Imagina que el Instituto Mexicano del Seguro Social (IMSS) te otorga tu pensión. Después de un tiempo, sin previo aviso, esa pensión podría ser suspendida temporalmente o cancelada de manera definitiva, incluso exigiendo que devuelvas lo que ya te pagaron. Este escenario, que parece sacado de una novela, puede convertirse en una realidad para muchos.
Especialistas advierten que hay varias razones por las que el IMSS puede rechazar, suspender o revocar una pensión, y en algunos casos, esto podría resultar en acciones penales si se determina que hubo fraude. Por ello, es recomendable seguir todos los procedimientos legales de forma meticulosa y, si es posible, contar con el apoyo de un asesor que pueda aclarar dudas y evitar problemas futuros.

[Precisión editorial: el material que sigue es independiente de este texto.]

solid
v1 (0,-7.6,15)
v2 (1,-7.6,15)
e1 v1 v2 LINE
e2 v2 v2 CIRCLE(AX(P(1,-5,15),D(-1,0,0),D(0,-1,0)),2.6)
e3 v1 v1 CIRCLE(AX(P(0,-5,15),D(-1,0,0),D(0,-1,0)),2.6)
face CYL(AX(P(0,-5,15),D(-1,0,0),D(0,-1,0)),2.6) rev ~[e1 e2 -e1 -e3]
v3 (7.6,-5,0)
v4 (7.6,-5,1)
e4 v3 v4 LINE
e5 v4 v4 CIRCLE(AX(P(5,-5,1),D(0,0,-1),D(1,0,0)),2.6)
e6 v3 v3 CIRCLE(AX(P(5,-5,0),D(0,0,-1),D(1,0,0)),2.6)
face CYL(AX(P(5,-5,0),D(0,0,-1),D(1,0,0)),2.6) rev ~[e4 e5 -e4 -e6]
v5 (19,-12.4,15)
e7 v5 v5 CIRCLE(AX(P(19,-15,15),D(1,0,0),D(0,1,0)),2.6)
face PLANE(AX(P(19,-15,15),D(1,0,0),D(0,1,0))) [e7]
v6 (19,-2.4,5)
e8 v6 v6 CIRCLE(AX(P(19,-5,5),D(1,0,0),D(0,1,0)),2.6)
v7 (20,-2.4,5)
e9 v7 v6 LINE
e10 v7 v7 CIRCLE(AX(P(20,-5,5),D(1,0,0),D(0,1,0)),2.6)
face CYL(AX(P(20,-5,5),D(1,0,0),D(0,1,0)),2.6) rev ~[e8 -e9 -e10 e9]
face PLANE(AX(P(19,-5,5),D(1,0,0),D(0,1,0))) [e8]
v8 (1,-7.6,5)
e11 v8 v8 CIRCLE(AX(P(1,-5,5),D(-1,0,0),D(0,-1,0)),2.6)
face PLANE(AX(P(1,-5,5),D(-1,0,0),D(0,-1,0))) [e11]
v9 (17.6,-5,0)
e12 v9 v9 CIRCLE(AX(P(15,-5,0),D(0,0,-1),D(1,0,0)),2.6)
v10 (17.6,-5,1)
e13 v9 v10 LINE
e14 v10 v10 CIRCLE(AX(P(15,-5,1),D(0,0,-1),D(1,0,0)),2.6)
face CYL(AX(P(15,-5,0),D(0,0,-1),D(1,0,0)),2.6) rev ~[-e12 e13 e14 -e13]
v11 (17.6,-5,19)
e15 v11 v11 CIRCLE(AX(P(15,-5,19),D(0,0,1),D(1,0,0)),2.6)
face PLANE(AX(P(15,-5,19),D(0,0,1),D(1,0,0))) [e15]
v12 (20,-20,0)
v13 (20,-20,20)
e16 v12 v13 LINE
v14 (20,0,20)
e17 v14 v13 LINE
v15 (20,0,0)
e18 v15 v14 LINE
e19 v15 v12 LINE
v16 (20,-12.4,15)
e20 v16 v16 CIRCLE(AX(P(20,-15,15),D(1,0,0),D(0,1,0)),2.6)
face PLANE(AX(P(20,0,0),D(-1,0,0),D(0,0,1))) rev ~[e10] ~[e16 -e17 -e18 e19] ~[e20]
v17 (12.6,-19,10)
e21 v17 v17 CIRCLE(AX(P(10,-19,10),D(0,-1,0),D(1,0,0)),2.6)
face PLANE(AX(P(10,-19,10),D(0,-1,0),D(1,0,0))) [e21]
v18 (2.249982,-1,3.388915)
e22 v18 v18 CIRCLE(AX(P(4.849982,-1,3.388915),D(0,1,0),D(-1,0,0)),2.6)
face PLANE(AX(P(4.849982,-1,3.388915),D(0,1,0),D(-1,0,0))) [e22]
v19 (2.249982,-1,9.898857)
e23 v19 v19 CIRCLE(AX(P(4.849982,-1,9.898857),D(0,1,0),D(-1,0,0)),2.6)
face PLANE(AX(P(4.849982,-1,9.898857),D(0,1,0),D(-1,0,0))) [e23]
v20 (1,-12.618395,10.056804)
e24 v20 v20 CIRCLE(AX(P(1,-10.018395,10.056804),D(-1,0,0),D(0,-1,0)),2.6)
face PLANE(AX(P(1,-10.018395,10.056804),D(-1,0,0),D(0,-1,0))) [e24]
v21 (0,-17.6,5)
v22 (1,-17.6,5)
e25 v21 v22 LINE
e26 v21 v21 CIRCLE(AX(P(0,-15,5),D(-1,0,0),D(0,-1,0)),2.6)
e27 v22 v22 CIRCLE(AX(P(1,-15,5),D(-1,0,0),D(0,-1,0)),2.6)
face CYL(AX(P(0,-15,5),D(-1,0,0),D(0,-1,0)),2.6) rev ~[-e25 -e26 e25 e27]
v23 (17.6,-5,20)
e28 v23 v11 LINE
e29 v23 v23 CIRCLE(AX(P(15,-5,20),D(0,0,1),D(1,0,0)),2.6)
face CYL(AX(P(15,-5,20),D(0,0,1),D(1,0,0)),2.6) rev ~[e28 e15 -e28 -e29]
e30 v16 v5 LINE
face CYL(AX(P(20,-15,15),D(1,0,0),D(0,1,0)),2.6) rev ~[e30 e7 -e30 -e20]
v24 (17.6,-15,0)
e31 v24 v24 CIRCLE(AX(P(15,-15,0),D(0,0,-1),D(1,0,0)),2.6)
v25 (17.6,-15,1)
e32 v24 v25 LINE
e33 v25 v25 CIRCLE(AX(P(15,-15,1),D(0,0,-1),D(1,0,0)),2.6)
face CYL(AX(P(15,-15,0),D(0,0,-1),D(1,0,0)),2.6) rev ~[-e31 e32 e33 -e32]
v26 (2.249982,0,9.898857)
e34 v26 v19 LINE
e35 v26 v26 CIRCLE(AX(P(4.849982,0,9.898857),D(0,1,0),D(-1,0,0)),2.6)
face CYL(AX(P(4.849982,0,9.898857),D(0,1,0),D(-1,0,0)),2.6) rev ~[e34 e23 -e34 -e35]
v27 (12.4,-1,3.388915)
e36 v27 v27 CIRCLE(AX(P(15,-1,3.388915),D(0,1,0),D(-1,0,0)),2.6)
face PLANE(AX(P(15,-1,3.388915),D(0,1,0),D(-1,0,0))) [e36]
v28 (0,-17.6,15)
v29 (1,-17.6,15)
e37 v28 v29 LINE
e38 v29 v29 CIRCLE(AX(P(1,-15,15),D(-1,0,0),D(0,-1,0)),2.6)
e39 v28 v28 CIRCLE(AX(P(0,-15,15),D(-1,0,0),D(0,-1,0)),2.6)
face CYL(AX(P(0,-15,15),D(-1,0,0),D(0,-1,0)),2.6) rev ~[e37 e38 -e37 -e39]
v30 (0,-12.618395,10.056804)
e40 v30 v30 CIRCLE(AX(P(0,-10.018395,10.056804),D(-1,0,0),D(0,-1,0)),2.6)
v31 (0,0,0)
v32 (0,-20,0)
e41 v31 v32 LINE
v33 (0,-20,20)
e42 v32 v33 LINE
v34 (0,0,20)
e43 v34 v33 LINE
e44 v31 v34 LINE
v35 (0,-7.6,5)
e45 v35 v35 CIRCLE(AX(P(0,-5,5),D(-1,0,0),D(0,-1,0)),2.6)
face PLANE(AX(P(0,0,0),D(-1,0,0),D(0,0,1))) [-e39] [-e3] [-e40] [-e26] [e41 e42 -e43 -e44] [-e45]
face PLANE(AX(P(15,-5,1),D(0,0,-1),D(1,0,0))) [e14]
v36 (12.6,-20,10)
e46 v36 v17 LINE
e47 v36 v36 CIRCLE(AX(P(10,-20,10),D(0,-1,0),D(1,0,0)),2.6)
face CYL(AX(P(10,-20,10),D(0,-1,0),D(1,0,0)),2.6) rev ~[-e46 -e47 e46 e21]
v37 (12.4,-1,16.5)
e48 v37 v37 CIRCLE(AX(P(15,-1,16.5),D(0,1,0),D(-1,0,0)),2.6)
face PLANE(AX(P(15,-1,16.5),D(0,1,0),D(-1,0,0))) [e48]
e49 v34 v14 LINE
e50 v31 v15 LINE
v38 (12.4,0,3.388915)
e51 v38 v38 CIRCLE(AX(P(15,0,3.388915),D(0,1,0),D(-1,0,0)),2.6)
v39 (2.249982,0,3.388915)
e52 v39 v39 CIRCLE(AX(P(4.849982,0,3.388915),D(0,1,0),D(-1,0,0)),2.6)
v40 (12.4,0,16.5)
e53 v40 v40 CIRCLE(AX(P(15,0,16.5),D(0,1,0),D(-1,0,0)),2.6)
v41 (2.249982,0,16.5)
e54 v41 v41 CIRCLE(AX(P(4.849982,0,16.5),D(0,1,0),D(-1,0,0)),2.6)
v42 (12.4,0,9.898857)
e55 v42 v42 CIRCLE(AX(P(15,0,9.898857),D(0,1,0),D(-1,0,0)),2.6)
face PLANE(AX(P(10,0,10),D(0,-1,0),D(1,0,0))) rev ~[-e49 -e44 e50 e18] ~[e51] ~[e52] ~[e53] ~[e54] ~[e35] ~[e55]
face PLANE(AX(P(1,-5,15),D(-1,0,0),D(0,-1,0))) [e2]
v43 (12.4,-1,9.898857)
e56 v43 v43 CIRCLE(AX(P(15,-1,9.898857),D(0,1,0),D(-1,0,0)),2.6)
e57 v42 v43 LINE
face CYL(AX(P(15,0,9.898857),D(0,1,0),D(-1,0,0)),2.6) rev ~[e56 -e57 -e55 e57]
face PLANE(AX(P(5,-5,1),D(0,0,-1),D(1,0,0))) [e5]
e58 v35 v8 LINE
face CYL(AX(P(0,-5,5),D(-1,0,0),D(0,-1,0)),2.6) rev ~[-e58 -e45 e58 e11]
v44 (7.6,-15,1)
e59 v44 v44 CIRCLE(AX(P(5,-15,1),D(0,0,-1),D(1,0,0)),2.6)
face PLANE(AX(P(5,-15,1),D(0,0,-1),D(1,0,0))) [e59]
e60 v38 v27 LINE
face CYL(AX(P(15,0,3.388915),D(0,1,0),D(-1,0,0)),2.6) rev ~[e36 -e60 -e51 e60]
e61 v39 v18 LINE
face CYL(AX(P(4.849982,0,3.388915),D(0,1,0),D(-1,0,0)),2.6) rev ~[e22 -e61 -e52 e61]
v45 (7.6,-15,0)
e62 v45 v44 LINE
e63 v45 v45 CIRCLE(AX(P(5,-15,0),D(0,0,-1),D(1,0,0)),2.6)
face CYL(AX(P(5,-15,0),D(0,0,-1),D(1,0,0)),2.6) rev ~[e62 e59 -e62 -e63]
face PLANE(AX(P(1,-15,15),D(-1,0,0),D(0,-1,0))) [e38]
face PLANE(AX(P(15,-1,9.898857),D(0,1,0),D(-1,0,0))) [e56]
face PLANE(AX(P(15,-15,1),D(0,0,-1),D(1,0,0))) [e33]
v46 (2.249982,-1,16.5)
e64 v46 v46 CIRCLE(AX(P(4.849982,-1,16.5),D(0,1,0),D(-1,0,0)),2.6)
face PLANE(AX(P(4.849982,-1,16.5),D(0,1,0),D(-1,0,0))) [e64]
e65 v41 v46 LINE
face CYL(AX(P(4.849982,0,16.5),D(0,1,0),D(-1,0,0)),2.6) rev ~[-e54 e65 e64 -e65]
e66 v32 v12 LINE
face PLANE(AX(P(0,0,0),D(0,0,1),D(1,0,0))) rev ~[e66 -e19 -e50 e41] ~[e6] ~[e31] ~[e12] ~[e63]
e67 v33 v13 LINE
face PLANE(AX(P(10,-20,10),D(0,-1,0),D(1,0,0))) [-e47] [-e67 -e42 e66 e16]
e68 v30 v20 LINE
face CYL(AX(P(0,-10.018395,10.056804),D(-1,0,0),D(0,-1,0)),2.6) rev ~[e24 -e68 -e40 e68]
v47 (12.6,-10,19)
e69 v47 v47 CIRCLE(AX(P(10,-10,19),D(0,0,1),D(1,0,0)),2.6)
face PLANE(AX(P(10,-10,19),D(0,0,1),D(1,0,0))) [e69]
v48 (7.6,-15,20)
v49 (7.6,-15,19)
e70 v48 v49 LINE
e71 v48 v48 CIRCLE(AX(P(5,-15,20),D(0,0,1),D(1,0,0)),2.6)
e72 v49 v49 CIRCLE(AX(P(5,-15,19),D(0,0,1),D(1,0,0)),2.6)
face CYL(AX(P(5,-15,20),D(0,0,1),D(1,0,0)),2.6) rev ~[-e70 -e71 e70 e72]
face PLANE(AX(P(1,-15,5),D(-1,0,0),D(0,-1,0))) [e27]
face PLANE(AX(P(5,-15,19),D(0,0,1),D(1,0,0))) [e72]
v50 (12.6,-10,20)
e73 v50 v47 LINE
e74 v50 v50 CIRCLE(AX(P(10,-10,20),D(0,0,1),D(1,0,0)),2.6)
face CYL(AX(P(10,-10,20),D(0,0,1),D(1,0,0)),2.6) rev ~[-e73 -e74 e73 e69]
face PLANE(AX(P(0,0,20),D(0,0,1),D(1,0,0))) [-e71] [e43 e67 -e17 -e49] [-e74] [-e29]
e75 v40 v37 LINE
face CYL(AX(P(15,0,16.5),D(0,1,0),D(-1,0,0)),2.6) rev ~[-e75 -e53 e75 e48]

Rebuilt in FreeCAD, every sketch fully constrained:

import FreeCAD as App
import Part
import Sketcher
Q = App.Units.Quantity


def add_polygon(sketch, points):
    """Adds a closed chain of lines whose ends are joined by coincident constraints."""
    first, n = sketch.GeometryCount, len(points)
    for a, b in zip(points, points[1:] + points[:1]):
        sketch.addGeometry(Part.LineSegment(App.Vector(*a, 0), App.Vector(*b, 0)), False)
    for i in range(n):
        sketch.addConstraint(Sketcher.Constraint("Coincident", first + i, 2, first + (i + 1) % n, 1))

doc = App.newDocument("Part")
body = doc.addObject("PartDesign::Body", "Body")

# Sketch on XZ plane
sketch1 = body.newObject("Sketcher::SketchObject", "Sketch")
sketch1.AttachmentSupport = (doc.getObject("XZ_Plane"), [""])
sketch1.MapMode = "FlatFace"
add_polygon(sketch1, [(0, 20), (0, 0), (20, 0), (20, 20)])  # lines 0-3
sketch1.addConstraint(Sketcher.Constraint("Vertical", 0))
sketch1.addConstraint(Sketcher.Constraint("Horizontal", 1))
sketch1.addConstraint(Sketcher.Constraint("Vertical", 2))
sketch1.addConstraint(Sketcher.Constraint("Horizontal", 3))
sketch1.addConstraint(Sketcher.Constraint("Coincident", 0, 2, -1, 1))
sketch1.addConstraint(Sketcher.Constraint("Equal", 3, 0))
sketch1.addConstraint(Sketcher.Constraint("DistanceX", 1, 1, 1, 2, Q("20 mm")))
pad1 = body.newObject("PartDesign::Pad", "Pad")
pad1.Profile = sketch1
pad1.Length = 20

# Sketch on XZ plane
sketch2 = body.newObject("Sketcher::SketchObject", "Sketch001")
sketch2.AttachmentSupport = (doc.getObject("XZ_Plane"), [""])
sketch2.MapMode = "FlatFace"
sketch2.AttachmentOffset = App.Placement(App.Vector(0, 0, 20), App.Rotation())
sketch2.addGeometry(Part.Circle(App.Vector(10, 10, 0), App.Vector(0, 0, 1), 2.6), False)
sketch2.addConstraint(Sketcher.Constraint("Diameter", 0, Q("5.2 mm")))
sketch2.addConstraint(Sketcher.Constraint("DistanceX", -1, 1, 0, 3, Q("10 mm")))
sketch2.addConstraint(Sketcher.Constraint("DistanceY", -1, 1, 0, 3, Q("10 mm")))
pocket1 = body.newObject("PartDesign::Pocket", "Pocket")
pocket1.Profile = sketch2
pocket1.Length = 1

# Sketch on XZ plane
sketch3 = body.newObject("Sketcher::SketchObject", "Sketch002")
sketch3.AttachmentSupport = (doc.getObject("XZ_Plane"), [""])
sketch3.MapMode = "FlatFace"
sketch3.addGeometry(Part.Circle(App.Vector(15, 16.5, 0), App.Vector(0, 0, 1), 2.6), False)
sketch3.addGeometry(Part.Circle(App.Vector(4.8, 16.5, 0), App.Vector(0, 0, 1), 2.6), False)
sketch3.addGeometry(Part.Circle(App.Vector(15, 3.4, 0), App.Vector(0, 0, 1), 2.6), False)
sketch3.addGeometry(Part.Circle(App.Vector(4.8, 3.4, 0), App.Vector(0, 0, 1), 2.6), False)
sketch3.addGeometry(Part.Circle(App.Vector(15, 9.9, 0), App.Vector(0, 0, 1), 2.6), False)
sketch3.addGeometry(Part.Circle(App.Vector(4.8, 9.9, 0), App.Vector(0, 0, 1), 2.6), False)
sketch3.addConstraint(Sketcher.Constraint("Equal", 0, 1))
sketch3.addConstraint(Sketcher.Constraint("Equal", 1, 2))
sketch3.addConstraint(Sketcher.Constraint("Equal", 2, 3))
sketch3.addConstraint(Sketcher.Constraint("Equal", 3, 4))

Moisés Pérez Peñaloza, fundador de una consultoría en estrategias de retiro, señala que las cancelaciones de pensiones son cada vez más frecuentes. Asegura que las revisiones son más profundas, precisas y prolongadas, gracias a la ayuda de la tecnología, la inteligencia artificial y un mayor intercambio de información entre diversas autoridades como el IMSS, el Servicio de Administración Tributaria (SAT) y la Comisión Nacional del Sistema de Ahorro para el Retiro (Consar).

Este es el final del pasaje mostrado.